(Saved entries)
◇ ◇ ◇ ◇

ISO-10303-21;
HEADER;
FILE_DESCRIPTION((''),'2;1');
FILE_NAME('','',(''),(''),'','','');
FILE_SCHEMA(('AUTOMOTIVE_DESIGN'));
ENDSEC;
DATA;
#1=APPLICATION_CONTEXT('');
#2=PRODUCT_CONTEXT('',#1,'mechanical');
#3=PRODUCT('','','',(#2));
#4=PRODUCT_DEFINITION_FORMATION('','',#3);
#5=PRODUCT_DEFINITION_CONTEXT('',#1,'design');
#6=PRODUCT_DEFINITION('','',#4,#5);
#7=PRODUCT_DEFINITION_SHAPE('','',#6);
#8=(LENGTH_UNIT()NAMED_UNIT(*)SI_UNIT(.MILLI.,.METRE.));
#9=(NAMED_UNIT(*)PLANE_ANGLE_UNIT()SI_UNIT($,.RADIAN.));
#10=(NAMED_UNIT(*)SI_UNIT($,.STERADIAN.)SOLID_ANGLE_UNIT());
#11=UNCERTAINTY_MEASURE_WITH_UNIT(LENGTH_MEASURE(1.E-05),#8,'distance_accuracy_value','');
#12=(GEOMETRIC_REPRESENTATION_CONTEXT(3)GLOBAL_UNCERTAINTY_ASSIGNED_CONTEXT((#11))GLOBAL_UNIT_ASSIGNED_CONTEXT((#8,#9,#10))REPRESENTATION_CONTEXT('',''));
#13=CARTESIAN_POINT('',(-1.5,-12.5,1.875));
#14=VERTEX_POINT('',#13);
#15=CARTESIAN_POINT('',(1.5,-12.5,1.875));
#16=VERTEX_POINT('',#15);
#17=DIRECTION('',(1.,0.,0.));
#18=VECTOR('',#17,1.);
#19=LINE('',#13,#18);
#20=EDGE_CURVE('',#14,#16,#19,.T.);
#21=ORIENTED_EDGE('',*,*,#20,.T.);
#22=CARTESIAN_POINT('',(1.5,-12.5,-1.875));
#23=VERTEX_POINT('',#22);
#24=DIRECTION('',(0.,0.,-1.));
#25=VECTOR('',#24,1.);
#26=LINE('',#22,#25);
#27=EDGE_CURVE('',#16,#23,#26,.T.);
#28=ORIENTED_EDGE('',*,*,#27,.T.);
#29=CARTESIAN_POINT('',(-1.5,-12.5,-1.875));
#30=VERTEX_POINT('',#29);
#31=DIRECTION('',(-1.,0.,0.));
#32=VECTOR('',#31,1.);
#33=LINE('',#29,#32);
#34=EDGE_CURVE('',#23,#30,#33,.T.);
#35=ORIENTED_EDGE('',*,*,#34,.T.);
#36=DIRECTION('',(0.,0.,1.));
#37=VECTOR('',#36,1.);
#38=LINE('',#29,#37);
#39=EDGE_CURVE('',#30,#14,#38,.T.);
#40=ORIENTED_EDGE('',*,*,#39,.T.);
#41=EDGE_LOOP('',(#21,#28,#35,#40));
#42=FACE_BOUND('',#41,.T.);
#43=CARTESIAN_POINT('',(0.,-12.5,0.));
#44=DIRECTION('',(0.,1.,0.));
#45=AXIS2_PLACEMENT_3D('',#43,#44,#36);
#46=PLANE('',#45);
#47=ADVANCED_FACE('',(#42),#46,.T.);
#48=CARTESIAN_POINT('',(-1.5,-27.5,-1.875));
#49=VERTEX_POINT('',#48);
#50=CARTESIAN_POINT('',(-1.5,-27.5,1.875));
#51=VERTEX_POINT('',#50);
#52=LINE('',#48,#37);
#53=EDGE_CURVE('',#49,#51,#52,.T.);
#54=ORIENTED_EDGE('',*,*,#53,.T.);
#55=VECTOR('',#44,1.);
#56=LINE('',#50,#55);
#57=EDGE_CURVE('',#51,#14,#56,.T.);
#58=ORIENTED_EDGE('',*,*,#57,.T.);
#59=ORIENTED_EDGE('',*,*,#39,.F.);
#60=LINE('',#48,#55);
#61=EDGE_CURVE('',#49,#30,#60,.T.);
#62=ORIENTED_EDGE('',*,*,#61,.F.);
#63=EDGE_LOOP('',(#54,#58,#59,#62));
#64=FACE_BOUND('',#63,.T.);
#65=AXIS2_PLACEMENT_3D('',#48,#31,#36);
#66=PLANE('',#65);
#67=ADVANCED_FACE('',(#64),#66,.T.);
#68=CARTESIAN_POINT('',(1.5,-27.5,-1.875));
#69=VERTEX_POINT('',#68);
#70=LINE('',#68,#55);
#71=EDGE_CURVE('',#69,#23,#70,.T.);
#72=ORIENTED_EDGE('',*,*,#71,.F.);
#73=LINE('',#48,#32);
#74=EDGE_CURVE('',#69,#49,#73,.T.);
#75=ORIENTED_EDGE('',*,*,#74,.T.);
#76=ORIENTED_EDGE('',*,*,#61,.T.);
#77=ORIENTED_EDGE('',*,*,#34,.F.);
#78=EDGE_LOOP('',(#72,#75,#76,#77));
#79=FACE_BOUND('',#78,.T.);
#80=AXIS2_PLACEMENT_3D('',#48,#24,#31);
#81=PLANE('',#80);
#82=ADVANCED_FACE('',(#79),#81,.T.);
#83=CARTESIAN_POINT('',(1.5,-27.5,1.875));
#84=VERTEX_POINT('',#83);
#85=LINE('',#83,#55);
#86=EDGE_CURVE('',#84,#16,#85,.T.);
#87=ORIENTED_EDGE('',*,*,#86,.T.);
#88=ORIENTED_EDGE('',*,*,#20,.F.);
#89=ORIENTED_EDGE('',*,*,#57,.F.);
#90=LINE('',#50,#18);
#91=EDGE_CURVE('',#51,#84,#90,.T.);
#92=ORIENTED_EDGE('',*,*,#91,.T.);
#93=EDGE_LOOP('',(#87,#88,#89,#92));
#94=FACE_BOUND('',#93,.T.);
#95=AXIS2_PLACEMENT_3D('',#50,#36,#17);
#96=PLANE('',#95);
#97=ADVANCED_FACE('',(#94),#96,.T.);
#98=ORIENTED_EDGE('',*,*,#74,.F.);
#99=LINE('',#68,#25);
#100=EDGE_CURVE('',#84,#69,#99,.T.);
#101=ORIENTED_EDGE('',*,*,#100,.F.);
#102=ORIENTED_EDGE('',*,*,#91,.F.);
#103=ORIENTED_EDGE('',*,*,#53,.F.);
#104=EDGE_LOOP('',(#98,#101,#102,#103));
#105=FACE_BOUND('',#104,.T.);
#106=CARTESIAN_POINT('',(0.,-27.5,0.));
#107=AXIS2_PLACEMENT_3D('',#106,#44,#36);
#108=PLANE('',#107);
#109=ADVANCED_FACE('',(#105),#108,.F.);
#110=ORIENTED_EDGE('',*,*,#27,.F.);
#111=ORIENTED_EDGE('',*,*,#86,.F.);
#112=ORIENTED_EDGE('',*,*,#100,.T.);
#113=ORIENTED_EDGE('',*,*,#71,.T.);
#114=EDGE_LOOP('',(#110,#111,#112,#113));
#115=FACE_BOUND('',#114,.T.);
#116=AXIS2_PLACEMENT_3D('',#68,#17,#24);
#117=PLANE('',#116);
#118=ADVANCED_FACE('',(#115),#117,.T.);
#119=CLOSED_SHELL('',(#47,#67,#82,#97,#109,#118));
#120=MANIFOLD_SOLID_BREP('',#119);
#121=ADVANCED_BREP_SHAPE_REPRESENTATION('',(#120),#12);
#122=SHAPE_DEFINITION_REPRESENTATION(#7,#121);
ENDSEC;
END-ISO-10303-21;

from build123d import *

# Parameters (mm, degrees)
BOSS_EXTRUDE1_DEPTH      = 10
BOSS_EXTRUDE1_DEPTH_BACK = 50
SKETCH1_W                = 12
SKETCH1_H                = 15
F_25_SCALE_SCALE         = 0.25


with BuildPart() as part:
    # Sketch1 → Boss-Extrude1 (new, two sides: drawn at the far end of the back side and taken through both)
    with BuildSketch(Plane(origin=(0, 0, 0), x_dir=(1, 0, 0), z_dir=(0, 1, 0)).offset(-BOSS_EXTRUDE1_DEPTH_BACK)):
        Rectangle(SKETCH1_W, SKETCH1_H)
    extrude(amount=BOSS_EXTRUDE1_DEPTH + BOSS_EXTRUDE1_DEPTH_BACK)


with BuildPart() as part_1:
    # 25% Scale: scaled about (0, -20, 0)
    add(part.part.scale(F_25_SCALE_SCALE).moved(Location((0, -15, 0))))


solid = part_1.part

◇ ◇ ◇ ◇

### [Assignment]
Where the data above reaches the line holding "#24=DIRECTION('',(0.,0.,-1.));", begin printing, and stop after the line holding "#33=LINE('',#29,#32);". Each line must be reproduced exactly, with nothing else added.

### [Output of the exercise]
#24=DIRECTION('',(0.,0.,-1.));
#25=VECTOR('',#24,1.);
#26=LINE('',#22,#25);
#27=EDGE_CURVE('',#16,#23,#26,.T.);
#28=ORIENTED_EDGE('',*,*,#27,.T.);
#29=CARTESIAN_POINT('',(-1.5,-12.5,-1.875));
#30=VERTEX_POINT('',#29);
#31=DIRECTION('',(-1.,0.,0.));
#32=VECTOR('',#31,1.);
#33=LINE('',#29,#32);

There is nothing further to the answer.